[Saved data entries]
================

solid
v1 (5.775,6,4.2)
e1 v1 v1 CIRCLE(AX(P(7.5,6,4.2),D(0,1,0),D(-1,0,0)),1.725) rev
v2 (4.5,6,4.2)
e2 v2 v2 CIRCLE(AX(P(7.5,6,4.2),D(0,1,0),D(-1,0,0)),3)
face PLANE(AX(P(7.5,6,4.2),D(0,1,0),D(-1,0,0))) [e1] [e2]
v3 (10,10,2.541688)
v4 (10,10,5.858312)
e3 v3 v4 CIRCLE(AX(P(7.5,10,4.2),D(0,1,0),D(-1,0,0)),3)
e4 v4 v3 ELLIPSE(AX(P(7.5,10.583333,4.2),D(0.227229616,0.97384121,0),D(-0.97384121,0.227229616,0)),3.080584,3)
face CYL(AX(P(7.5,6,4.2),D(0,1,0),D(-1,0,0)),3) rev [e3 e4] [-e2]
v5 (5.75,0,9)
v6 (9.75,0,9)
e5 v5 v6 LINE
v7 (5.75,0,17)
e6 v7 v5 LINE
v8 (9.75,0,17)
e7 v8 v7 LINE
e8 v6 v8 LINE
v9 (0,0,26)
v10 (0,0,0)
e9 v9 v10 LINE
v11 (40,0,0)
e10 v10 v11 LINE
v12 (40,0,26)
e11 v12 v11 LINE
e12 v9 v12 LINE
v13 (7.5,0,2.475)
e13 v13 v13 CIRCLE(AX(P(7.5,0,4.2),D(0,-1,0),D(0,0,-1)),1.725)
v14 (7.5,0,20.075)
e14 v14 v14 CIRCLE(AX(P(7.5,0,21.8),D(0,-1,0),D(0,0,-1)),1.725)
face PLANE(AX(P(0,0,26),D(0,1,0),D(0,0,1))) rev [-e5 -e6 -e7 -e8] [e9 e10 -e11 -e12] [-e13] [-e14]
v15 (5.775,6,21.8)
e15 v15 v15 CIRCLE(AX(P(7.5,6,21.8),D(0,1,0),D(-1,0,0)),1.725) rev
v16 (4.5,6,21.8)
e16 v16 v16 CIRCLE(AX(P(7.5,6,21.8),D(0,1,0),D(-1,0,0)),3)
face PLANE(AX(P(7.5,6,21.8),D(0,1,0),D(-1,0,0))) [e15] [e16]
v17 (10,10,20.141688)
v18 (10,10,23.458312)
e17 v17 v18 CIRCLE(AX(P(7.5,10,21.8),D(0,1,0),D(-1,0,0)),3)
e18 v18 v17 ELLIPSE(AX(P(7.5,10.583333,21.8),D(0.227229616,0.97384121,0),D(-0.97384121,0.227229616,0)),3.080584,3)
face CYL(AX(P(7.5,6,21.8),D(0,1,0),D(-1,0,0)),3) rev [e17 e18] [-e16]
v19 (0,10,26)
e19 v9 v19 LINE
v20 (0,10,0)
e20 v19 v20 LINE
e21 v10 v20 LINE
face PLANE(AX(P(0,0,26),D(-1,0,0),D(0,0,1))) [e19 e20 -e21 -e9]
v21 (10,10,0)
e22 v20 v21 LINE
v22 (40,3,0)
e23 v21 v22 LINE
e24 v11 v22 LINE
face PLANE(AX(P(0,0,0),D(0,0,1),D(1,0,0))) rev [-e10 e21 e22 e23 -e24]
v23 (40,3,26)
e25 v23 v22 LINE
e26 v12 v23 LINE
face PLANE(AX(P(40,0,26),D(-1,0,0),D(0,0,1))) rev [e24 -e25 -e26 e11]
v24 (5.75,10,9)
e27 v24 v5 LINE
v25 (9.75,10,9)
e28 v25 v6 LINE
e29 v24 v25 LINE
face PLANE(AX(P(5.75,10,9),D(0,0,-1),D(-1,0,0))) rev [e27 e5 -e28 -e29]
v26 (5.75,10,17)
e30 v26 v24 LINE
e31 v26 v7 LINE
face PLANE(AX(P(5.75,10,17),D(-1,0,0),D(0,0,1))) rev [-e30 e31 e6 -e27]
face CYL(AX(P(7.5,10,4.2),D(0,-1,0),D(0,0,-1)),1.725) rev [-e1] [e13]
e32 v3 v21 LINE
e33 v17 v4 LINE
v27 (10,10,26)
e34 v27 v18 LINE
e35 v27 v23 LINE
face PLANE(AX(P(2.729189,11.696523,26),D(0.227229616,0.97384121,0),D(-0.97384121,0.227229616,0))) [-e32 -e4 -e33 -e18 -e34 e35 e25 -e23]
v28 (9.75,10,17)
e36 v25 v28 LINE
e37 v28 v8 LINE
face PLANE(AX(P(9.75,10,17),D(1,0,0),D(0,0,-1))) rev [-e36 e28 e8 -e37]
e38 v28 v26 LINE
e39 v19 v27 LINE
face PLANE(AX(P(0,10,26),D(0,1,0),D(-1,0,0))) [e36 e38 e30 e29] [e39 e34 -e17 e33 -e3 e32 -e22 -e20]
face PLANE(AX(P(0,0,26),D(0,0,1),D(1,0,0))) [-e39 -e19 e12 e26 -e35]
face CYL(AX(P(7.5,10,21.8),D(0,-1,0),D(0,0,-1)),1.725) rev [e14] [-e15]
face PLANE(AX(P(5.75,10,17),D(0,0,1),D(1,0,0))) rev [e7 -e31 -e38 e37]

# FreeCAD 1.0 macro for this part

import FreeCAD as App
import Part
import Sketcher

V = App.Vector


def add_polygon(sketch, points):
    """Adds a closed chain of lines whose ends are joined by coincident constraints."""
    first, n = sketch.GeometryCount, len(points)
    for a, b in zip(points, points[1:] + points[:1]):
        sketch.addGeometry(Part.LineSegment(App.Vector(*a, 0), App.Vector(*b, 0)), False)
    for i in range(n):
        sketch.addConstraint(Sketcher.Constraint("Coincident", first + i, 2, first + (i + 1) % n, 1))

doc = App.newDocument("Part")
body = doc.addObject("PartDesign::Body", "Body")

# Sketch on XY plane
sketch1 = body.newObject("Sketcher::SketchObject", "Sketch")
sketch1.AttachmentSupport = (doc.getObject("XY_Plane"), [""])
sketch1.MapMode = "FlatFace"
add_polygon(sketch1, [(0, 0), (40, 0), (40, 3), (10, 10), (0, 10)])  # lines 0-4
sketch1.addConstraint([
    Sketcher.Constraint("Horizontal", 0),
    Sketcher.Constraint("Vertical", 1),
    Sketcher.Constraint("Horizontal", 3),
    Sketcher.Constraint("Vertical", 4),
    Sketcher.Constraint("Coincident", 4, 2, -1, 1),
    Sketcher.Constraint("Equal", 3, 4),
    Sketcher.Constraint("DistanceX", 0, 1, 0, 2, 40.0),
    Sketcher.Constraint("DistanceX", 3, 2, 3, 1, 10.0),
    Sketcher.Constraint("DistanceY", 1, 1, 1, 2, 3.0),
])
pad1 = body.newObject("PartDesign::Pad", "Pad")
pad1.Profile = sketch1
pad1.Length = 26

# Sketch on XZ plane
sketch2 = body.newObject("Sketcher::SketchObject", "Sketch001")
sketch2.AttachmentSupport = (doc.getObject("XZ_Plane"), [""])
sketch2.MapMode = "FlatFace"
sketch2.addGeometry(Part.Circle(V(7.5, 21.8, 0), V(0, 0, 1), 1.7), False)  # 0
sketch2.addGeometry(Part.Circle(V(7.5, 4.2, 0), V(0, 0, 1), 1.7), False)  # 1
add_polygon(sketch2, [(5.8, 17), (5.8, 9), (9.8, 9), (9.8, 17)])  # lines 2-5
sketch2.addConstraint([
    Sketcher.Constraint("Vertical", 2),
    Sketcher.Constraint("Horizontal", 3),
    Sketcher.Constraint("Vertical", 4),
    Sketcher.Constraint("Horizontal", 5),
    Sketcher.Constraint("Equal", 0, 1),
    Sketcher.Constraint("Vertical", 0, 3, 1, 3),
    Sketcher.Constraint("Diameter", 0, 3.45),
    Sketcher.Constraint("DistanceX", 3, 1, 3, 2, 4.0),
    Sketcher.Constraint("DistanceY", 2, 2, 2, 1, 8.0),
    Sketcher.Constraint("DistanceY", -1, 1, 2, 2, 9.0),
    Sketcher.Constraint("DistanceX", -1, 1, 0, 3, 7.5),
    Sketcher.Constraint("DistanceY", -1, 1, 0, 3, 21.8),
    Sketcher.Constraint("DistanceY", -1, 1, 1, 3, 4.2),
    Sketcher.Constraint("DistanceX", -1, 1, 2, 2, 5.75),
])
pocket1 = body.newObject("PartDesign::Pocket", "Pocket")
pocket1.Profile = sketch2
pocket1.Type = "ThroughAll"

# Sketch on XZ plane
sketch3 = body.newObject("Sketcher::SketchObject", "Sketch002")
sketch3.AttachmentSupport = (doc.getObject("XZ_Plane"), [""])
sketch3.MapMode = "FlatFace"
sketch3.AttachmentOffset = App.Placement(V(0, 0, -10), App.Rotation())
sketch3.addGeometry([
    Part.Circle(V(7.5, 4.2, 0), V(0, 0, 1), 3),
    Part.Circle(V(7.5, 21.8, 0), V(0, 0, 1), 3),
], False)
sketch3.addConstraint([
    Sketcher.Constraint("Equal", 0, 1),
    Sketcher.Constraint("Vertical", 0, 3, 1, 3),
    Sketcher.Constraint("Diameter", 0, 6.0),
    Sketcher.Constraint("DistanceX", -1, 1, 0, 3, 7.5),
    Sketcher.Constraint("DistanceY", -1, 1, 0, 3, 4.2),
    Sketcher.Constraint("DistanceY", -1, 1, 1, 3, 21.8),
])
pocket2 = body.newObject("PartDesign::Pocket", "Pocket001")
pocket2.Profile = sketch3
pocket2.Length = 4
pocket2.Reversed = True

doc.recompute()
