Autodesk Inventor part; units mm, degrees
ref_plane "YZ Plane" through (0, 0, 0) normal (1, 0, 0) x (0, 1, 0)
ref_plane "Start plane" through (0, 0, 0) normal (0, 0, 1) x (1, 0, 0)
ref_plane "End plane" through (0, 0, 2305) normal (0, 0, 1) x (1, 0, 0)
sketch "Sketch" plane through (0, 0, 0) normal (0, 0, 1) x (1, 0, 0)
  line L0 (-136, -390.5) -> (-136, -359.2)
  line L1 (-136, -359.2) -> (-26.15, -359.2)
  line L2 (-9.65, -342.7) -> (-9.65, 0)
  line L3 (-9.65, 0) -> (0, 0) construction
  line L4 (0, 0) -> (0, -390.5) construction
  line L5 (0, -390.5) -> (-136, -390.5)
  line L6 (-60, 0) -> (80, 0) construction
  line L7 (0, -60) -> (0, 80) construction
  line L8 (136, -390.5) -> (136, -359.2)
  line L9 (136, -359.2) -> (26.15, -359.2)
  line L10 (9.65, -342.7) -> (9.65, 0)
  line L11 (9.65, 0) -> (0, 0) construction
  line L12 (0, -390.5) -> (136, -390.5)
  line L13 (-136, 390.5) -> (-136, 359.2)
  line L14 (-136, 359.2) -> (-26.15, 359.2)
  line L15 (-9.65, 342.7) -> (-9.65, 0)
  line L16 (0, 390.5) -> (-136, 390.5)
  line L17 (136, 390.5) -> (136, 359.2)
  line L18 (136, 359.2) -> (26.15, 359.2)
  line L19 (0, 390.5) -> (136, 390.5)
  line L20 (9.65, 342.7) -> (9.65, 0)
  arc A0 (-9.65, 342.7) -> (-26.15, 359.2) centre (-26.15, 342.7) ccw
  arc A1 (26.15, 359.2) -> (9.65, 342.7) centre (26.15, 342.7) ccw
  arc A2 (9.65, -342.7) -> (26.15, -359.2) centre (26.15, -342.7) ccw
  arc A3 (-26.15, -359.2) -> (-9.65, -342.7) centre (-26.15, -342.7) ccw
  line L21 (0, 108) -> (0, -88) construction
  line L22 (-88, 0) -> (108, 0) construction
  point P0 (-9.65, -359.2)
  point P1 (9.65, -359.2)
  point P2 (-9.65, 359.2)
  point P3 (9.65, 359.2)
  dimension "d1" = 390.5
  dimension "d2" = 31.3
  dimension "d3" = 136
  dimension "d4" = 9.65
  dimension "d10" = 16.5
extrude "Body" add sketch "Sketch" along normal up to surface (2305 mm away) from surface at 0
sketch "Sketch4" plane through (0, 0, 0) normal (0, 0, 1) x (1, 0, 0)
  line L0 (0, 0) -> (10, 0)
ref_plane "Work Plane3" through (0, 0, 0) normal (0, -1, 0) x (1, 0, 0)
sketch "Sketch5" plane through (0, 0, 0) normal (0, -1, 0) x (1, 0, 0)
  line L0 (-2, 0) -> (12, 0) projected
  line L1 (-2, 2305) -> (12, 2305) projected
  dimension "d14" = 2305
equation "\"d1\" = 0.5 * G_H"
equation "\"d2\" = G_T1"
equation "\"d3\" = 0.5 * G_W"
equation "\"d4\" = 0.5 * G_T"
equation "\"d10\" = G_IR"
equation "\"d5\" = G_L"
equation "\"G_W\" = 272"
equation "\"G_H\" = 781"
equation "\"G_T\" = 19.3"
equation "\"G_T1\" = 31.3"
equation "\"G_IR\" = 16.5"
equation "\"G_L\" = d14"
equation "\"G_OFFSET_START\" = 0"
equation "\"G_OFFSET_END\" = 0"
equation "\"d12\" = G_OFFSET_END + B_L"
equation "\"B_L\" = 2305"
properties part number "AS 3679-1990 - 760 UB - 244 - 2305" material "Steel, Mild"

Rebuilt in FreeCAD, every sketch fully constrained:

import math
import FreeCAD as App
import Part
import Sketcher
Q = App.Units.Quantity

doc = App.newDocument("Part")
params = doc.addObject("Spreadsheet::Sheet", "Params")
for row, (alias, value) in enumerate([
    ("sketch1_radius", "16.5 mm"),
    ("sketch1_height", "31.3 mm"),
    ("pad1_length", "2305 mm"),
], start=1):
    params.set(f"A{row}", alias)
    params.set(f"B{row}", "=" + value)
    params.setAlias(f"B{row}", alias)

body = doc.addObject("PartDesign::Body", "Body")

sketch1 = body.newObject("Sketcher::SketchObject", "Sketch")
sketch1.AttachmentSupport = (doc.getObject("XY_Plane"), [""])
sketch1.MapMode = "FlatFace"
sketch1.addGeometry([
    Part.LineSegment(App.Vector(-136, -359, 0), App.Vector(-136, -390, 0)),
    Part.LineSegment(App.Vector(-136, -390, 0), App.Vector(136, -390, 0)),
    Part.LineSegment(App.Vector(136, -390, 0), App.Vector(136, -359, 0)),
    Part.LineSegment(App.Vector(136, -359, 0), App.Vector(26, -359, 0)),
    Part.ArcOfCircle(Part.Circle(App.Vector(26, -343, 0), App.Vector(0, 0, 1), 16), math.radians(180), math.radians(270)),
    Part.LineSegment(App.Vector(10, -343, 0), App.Vector(10, 343, 0)),
    Part.ArcOfCircle(Part.Circle(App.Vector(26, 343, 0), App.Vector(0, 0, 1), 16), math.radians(90), math.radians(180)),
    Part.LineSegment(App.Vector(26, 359, 0), App.Vector(136, 359, 0)),
    Part.LineSegment(App.Vector(136, 359, 0), App.Vector(136, 390, 0)),
    Part.LineSegment(App.Vector(136, 390, 0), App.Vector(-136, 390, 0)),
    Part.LineSegment(App.Vector(-136, 390, 0), App.Vector(-136, 359, 0)),
    Part.LineSegment(App.Vector(-136, 359, 0), App.Vector(-26, 359, 0)),
    Part.ArcOfCircle(Part.Circle(App.Vector(-26, 343, 0), App.Vector(0, 0, 1), 16), math.radians(0), math.radians(90)),
    Part.LineSegment(App.Vector(-10, 343, 0), App.Vector(-10, -343, 0)),
    Part.ArcOfCircle(Part.Circle(App.Vector(-26, -343, 0), App.Vector(0, 0, 1), 16), math.radians(-90), math.radians(0)),
    Part.LineSegment(App.Vector(-26, -359, 0), App.Vector(-136, -359, 0)),
], False)
sketch1.addConstraint([
    Sketcher.Constraint("Coincident", 0, 2, 1, 1),
    Sketcher.Constraint("Coincident", 1, 2, 2, 1),
    Sketcher.Constraint("Coincident", 2, 2, 3, 1),
    Sketcher.Constraint("Tangent", 3, 2, 4, 2),
    Sketcher.Constraint("Tangent", 4, 1, 5, 1),
    Sketcher.Constraint("Tangent", 5, 2, 6, 2),
    Sketcher.Constraint("Tangent", 6, 1, 7, 1),
    Sketcher.Constraint("Coincident", 7, 2, 8, 1),
    Sketcher.Constraint("Coincident", 8, 2, 9, 1),
    Sketcher.Constraint("Coincident", 9, 2, 10, 1),
    Sketcher.Constraint("Coincident", 10, 2, 11, 1),
    Sketcher.Constraint("Tangent", 11, 2, 12, 2),
    Sketcher.Constraint("Tangent", 12, 1, 13, 1),
    Sketcher.Constraint("Tangent", 13, 2, 14, 2),
    Sketcher.Constraint("Tangent", 14, 1, 15, 1),
    Sketcher.Constraint("Coincident", 15, 2, 0, 1),
    Sketcher.Constraint("Vertical", 0),
    Sketcher.Constraint("Horizontal", 1),
    Sketcher.Constraint("Vertical", 2),
    Sketcher.Constraint("Horizontal", 3),
    Sketcher.Constraint("Vertical", 5),
    Sketcher.Constraint("Horizontal", 7),
    Sketcher.Constraint("Vertical", 8),
    Sketcher.Constraint("Horizontal", 9),
    Sketcher.Constraint("Vertical", 10),
    Sketcher.Constraint("Horizontal", 11),
    Sketcher.Constraint("Vertical", 13),
    Sketcher.Constraint("Horizontal", 15),
    Sketcher.Constraint("Equal", 4, 6),
    Sketcher.Constraint("Equal", 6, 12),
    Sketcher.Constraint("Equal", 12, 14),
    Sketcher.Constraint("Symmetric", 4, 3, 12, 3, -1, 1),
    Sketcher.Constraint("Symmetric", 0, 2, 8, 2, -1, 1),
    Sketcher.Constraint("Symmetric", 7, 2, 10, 2, -2),
    Sketcher.Constraint("Symmetric", 2, 2, 15, 2, -2),
    Sketcher.Constraint("Radius", 4, Q("16.5 mm")),
    Sketcher.Constraint("DistanceY", 0, 2, 0, 1, Q("31.3 mm")),
    Sketcher.Constraint("DistanceX", 0, 2, -1, 1, Q("136 mm")),
    Sketcher.Constraint("DistanceY", 0, 2, -1, 1, Q("390.5 mm")),
    Sketcher.Constraint("DistanceX", -1, 1, 4, 1, Q("9.65 mm")),
])
sketch1.setExpression("Constraints[35]", "Params.sketch1_radius")
sketch1.setExpression("Constraints[36]", "Params.sketch1_height")
pad1 = body.newObject("PartDesign::Pad", "Pad")
pad1.Profile = sketch1
pad1.setExpression("Length", "Params.pad1_length")

doc.recompute()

================

Go through the records and count the lines that include "projected", then give only that number.

2